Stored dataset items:
_____
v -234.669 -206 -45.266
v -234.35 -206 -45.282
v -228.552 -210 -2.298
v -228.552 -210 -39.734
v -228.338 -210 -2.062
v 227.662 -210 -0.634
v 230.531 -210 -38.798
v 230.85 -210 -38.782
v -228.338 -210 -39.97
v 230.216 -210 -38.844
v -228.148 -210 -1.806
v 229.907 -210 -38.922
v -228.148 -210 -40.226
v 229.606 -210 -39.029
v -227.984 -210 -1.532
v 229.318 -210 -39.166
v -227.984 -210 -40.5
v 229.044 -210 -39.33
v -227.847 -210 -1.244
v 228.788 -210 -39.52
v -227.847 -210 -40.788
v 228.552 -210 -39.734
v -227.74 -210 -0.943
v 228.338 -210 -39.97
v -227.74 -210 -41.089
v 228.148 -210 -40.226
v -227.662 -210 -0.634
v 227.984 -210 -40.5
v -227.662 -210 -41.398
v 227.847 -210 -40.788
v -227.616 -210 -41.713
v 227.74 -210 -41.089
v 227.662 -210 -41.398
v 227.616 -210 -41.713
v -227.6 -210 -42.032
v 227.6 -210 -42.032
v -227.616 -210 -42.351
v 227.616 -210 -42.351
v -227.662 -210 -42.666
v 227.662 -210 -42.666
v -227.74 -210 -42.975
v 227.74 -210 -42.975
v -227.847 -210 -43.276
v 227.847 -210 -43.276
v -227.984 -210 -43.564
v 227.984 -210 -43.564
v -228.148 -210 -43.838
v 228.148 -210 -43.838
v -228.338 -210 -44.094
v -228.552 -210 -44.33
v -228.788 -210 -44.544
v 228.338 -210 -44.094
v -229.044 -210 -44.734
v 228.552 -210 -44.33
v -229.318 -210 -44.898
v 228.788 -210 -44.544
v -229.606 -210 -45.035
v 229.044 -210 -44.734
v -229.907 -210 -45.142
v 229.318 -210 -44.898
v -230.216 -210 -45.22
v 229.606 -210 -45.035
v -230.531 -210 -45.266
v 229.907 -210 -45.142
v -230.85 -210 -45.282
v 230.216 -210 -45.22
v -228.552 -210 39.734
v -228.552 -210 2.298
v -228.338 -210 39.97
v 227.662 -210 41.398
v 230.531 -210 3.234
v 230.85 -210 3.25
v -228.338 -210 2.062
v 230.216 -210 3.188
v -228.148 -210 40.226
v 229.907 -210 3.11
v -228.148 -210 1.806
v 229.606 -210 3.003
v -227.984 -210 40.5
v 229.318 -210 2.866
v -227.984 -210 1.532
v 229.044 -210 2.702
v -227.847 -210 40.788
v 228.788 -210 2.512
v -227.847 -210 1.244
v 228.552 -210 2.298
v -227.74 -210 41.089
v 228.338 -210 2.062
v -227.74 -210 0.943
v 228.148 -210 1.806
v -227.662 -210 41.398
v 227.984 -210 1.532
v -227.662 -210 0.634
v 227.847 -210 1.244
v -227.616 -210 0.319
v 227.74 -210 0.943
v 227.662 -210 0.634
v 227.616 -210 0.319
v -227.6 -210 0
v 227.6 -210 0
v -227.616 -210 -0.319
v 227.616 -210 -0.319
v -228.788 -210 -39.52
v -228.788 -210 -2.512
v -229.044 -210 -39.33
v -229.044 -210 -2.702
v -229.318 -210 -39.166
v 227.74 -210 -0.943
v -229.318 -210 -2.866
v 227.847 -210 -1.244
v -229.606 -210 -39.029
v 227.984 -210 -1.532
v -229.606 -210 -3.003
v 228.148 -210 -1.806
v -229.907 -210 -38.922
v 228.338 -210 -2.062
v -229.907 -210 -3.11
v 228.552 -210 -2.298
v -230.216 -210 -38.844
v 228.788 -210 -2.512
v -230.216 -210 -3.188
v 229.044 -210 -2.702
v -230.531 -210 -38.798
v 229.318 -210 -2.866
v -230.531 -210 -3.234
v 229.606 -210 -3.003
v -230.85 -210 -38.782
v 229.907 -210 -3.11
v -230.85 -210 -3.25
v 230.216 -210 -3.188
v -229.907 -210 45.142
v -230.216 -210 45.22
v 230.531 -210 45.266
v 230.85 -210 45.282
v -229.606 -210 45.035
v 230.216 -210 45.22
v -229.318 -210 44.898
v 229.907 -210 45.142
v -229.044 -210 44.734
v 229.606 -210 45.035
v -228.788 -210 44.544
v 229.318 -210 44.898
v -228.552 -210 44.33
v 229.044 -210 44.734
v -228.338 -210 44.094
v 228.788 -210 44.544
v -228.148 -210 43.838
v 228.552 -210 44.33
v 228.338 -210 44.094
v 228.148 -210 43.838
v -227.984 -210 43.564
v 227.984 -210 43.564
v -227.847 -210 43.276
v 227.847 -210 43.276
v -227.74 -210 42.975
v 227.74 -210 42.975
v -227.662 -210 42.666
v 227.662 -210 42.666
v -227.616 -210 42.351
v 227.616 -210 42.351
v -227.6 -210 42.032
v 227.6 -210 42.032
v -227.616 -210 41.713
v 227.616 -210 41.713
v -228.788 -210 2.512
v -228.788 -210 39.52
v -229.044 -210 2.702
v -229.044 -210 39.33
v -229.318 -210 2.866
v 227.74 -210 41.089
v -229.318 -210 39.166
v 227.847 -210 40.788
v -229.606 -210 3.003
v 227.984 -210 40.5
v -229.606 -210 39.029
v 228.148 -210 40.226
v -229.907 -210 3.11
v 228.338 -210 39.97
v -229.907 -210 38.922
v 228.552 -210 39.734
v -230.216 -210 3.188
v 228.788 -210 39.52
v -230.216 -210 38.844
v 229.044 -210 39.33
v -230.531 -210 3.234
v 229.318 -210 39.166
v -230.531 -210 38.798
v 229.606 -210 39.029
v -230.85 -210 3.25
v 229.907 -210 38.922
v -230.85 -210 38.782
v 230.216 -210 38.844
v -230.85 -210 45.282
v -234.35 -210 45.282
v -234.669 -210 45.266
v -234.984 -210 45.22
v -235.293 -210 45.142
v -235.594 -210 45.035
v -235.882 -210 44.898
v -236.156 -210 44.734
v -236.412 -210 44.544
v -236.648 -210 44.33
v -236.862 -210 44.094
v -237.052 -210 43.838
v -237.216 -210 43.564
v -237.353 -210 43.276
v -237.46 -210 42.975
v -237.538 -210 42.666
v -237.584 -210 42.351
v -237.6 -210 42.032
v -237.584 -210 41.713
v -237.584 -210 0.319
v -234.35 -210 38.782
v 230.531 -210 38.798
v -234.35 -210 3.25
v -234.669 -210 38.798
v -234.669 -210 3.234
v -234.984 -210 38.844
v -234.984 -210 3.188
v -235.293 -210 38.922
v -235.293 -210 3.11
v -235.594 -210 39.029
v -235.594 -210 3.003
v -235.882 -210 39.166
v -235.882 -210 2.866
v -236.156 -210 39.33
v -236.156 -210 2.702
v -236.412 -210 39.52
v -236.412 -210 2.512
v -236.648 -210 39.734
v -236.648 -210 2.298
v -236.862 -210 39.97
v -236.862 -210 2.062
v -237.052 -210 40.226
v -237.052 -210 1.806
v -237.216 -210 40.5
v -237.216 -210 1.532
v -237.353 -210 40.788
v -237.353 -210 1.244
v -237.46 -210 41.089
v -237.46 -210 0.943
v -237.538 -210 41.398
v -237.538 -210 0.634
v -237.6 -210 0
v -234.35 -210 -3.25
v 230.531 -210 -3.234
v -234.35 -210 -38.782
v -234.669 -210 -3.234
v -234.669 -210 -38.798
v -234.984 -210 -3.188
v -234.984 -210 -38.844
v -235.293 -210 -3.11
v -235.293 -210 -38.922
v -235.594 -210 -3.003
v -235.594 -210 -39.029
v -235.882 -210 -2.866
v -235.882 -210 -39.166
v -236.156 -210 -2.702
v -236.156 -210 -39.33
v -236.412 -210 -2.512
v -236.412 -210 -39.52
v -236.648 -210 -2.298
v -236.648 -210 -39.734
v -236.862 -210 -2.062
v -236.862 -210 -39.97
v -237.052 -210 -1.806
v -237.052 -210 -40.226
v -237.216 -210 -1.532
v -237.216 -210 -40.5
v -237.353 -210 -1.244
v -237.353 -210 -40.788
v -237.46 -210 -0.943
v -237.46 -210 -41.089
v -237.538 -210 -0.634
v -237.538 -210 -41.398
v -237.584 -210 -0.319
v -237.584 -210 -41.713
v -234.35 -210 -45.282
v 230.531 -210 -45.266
_____
**WORK INSTRUCTIONS**
In the data above, find the line with "v 227.616 -210 0.319" and the line with "v 228.788 -210 -2.512". Retype both, plus every line between them, exactly.

**WRITTEN ANSWER**
v 227.616 -210 0.319
v -227.6 -210 0
v 227.6 -210 0
v -227.616 -210 -0.319
v 227.616 -210 -0.319
v -228.788 -210 -39.52
v -228.788 -210 -2.512
v -229.044 -210 -39.33
v -229.044 -210 -2.702
v -229.318 -210 -39.166
v 227.74 -210 -0.943
v -229.318 -210 -2.866
v 227.847 -210 -1.244
v -229.606 -210 -39.029
v 227.984 -210 -1.532
v -229.606 -210 -3.003
v 228.148 -210 -1.806
v -229.907 -210 -38.922
v 228.338 -210 -2.062
v -229.907 -210 -3.11
v 228.552 -210 -2.298
v -230.216 -210 -38.844
v 228.788 -210 -2.512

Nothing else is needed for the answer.